GPT-4 Release: Key Concepts & Capabilities

There's never a dull moment in AI, and today is no exception with OpenAI's release of GPT-4. In this article, we'll review the key concepts and capabilities of GPT-4.

2 years ago   •   5 min read

By Peter Foy

There truly never is a dull moment in AI, and today is no exception with OpenAI's release of GPT-4.

GPT-4 is a large multimodal model (accepting image and text inputs, emitting text outputs) that, while less capable than humans in many real-world scenarios, exhibits human-level performance on various professional and academic benchmarks.

In this article, we'll review key concepts about GPT-4 from their article, the GPT-4 paper, and their GPT-4 developer live stream.

GPT-4 Highlights

First off, the GPT-4 highlight reel:

  • GPT-4 passed a simulated bar exam with a score around the top 10% of test takers; in contrast, GPT-3.5’s score was around the bottom 10%. Wow.
  • GPT-4 is a multimodal model, meaning it accepts both image and text inputs and returns text outputs.
  • GPT-4's text input capability is currently available ChatGPT Pro, and you can find the waitlist for the API here
  • GPT-4 was trained for 6 months based on lessons from OpenAI's adversarial testing program and feedback from ChatGPT, resulting in better results in terms of factual answering, "steerability", and refusing to respond outside of chosen guardrails

GPT-4 Capabilities

Now, just how good is GPT-4? As OpenAI writes:

...while less capable than humans in many real-world scenarios, exhibits human-level performance on various professional and academic benchmarks.
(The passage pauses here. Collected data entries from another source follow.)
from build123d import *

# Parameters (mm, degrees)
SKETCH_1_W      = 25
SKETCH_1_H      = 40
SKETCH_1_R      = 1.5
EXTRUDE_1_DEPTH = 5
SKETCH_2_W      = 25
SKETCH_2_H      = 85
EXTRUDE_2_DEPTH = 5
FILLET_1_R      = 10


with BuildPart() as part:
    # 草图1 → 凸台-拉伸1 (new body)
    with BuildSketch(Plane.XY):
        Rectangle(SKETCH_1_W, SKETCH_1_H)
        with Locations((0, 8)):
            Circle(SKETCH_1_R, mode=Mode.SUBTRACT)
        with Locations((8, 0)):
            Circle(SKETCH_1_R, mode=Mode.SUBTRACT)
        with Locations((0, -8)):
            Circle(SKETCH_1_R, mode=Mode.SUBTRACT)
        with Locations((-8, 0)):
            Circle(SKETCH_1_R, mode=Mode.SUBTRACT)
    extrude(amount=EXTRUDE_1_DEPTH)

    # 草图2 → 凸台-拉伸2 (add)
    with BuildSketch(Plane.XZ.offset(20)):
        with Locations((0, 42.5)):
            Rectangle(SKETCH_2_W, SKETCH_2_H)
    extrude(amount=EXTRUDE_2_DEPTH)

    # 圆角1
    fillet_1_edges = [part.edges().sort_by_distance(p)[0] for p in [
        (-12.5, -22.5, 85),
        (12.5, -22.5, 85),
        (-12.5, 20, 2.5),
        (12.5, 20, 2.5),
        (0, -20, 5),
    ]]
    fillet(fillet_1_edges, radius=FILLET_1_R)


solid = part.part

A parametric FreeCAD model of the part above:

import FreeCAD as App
import Part
import Sketcher
Q = App.Units.Quantity


def edges_at(feature, points):
    """Names of the edges that pass closest to the given points."""
    edges = feature.Shape.Edges
    near = lambda p: min(range(len(edges)), key=lambda i: edges[i].distToShape(Part.Vertex(*p))[0])
    return sorted({f"Edge{near(p) + 1}" for p in points})


def add_polygon(sketch, points):
    """Adds a closed chain of lines whose ends are joined by coincident constraints."""
    first, n = sketch.GeometryCount, len(points)
    for a, b in zip(points, points[1:] + points[:1]):
        sketch.addGeometry(Part.LineSegment(App.Vector(*a, 0), App.Vector(*b, 0)), False)
    for i in range(n):
        sketch.addConstraint(Sketcher.Constraint("Coincident", first + i, 2, first + (i + 1) % n, 1))

doc = App.newDocument("Part")
body = doc.addObject("PartDesign::Body", "Body")

sketch1 = body.newObject("Sketcher::SketchObject", "Sketch")
sketch1.AttachmentSupport = (doc.getObject("XY_Plane"), [""])
sketch1.MapMode = "FlatFace"
add_polygon(sketch1, [(-12.5, 20), (-12.5, -20), (12.5, -20), (12.5, 20)])
sketch1.addGeometry(Part.Circle(App.Vector(0, -8, 0), App.Vector(0, 0, 1), 1.5), False)
sketch1.addGeometry(Part.Circle(App.Vector(-8, 0, 0), App.Vector(0, 0, 1), 1.5), False)
sketch1.addGeometry(Part.Circle(App.Vector(8, 0, 0), App.Vector(0, 0, 1), 1.5), False)
sketch1.addGeometry(Part.Circle(App.Vector(0, 8, 0), App.Vector(0, 0, 1), 1.5), False)
sketch1.addConstraint([
    Sketcher.Constraint("Vertical", 0),
    Sketcher.Constraint("Horizontal", 1),
    Sketcher.Constraint("Vertical", 2),
    Sketcher.Constraint("Horizontal", 3),
    Sketcher.Constraint("Equal", 4, 5),
    Sketcher.Constraint("Equal", 5, 6),
    Sketcher.Constraint("Equal", 6, 7),
    Sketcher.Constraint("Symmetric", 5, 3, 6, 3, -1, 1),
    Sketcher.Constraint("Symmetric", 4, 3, 7, 3, -1, 1),
    Sketcher.Constraint("Symmetric", 0, 2, 2, 2, -1, 1),
    Sketcher.Constraint("PointOnObject", 4, 3, -2),
    Sketcher.Constraint("PointOnObject", 5, 3, -1),
    Sketcher.Constraint("Diameter", 4, Q("3 mm")),
    Sketcher.Constraint("DistanceX", 1, 1, 1, 2, Q("25 mm")),
    Sketcher.Constraint("DistanceY", 0, 2, 0, 1, Q("40 mm")),
    Sketcher.Constraint("DistanceY", 4, 3, -1, 1, Q("8 mm")),
    Sketcher.Constraint("DistanceX", 5, 3, -1, 1, Q("8 mm")),
])
pad1 = body.newObject("PartDesign::Pad", "Pad")
pad1.Profile = sketch1
pad1.Length = 5

sketch2 = body.newObject("Sketcher::SketchObject", "Sketch001")
sketch2.AttachmentSupport = (doc.getObject("XZ_Plane"), [""])
sketch2.MapMode = "FlatFace"
sketch2.AttachmentOffset = App.Placement(App.Vector(0, 0, 20), App.Rotation())
add_polygon(sketch2, [(-12.5, 85), (-12.5, 0), (12.5, 0), (12.5, 85)])
sketch2.addConstraint([
    Sketcher.Constraint("Vertical", 0),
    Sketcher.Constraint("Horizontal", 1),
    Sketcher.Constraint("Vertical", 2),
    Sketcher.Constraint("Horizontal", 3),
    Sketcher.Constraint("Symmetric", 0, 2, 1, 2, -1, 1),
    Sketcher.Constraint("DistanceX", 1, 1, 1, 2, Q("25 mm")),
    Sketcher.Constraint("DistanceY", 0, 2, 0, 1, Q("85 mm")),
])
pad2 = body.newObject("PartDesign::Pad", "Pad001")
pad2.Profile = sketch2
pad2.Length = 5
doc.recompute()

fillet = body.newObject("PartDesign::Fillet", "Fillet")
fillet.Base = (pad2, edges_at(pad2, [
    (-12.5, -22.5, 85),
    (12.5, -22.5, 85),
    (-12.5, 20, 2.5),
    (12.5, 20, 2.5),
    (0, -20, 5),
]))
fillet.Radius = 10

doc.recompute()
More specifically, here are a few key highlights about GPT-4's capabilities. In order to test performance between GPT-4 and GPT-3.5, you can see OpenAI tested them on a variety of benchmarks shown below:

source

To evaluate model performance, OpenAI also announced they're open-sourcing OpenAI Evals, which they highly can be used in the following way:

  • use datasets to generate prompts,
  • measure the quality of completions provided by an OpenAI model, and
  • compare performance across different datasets and models.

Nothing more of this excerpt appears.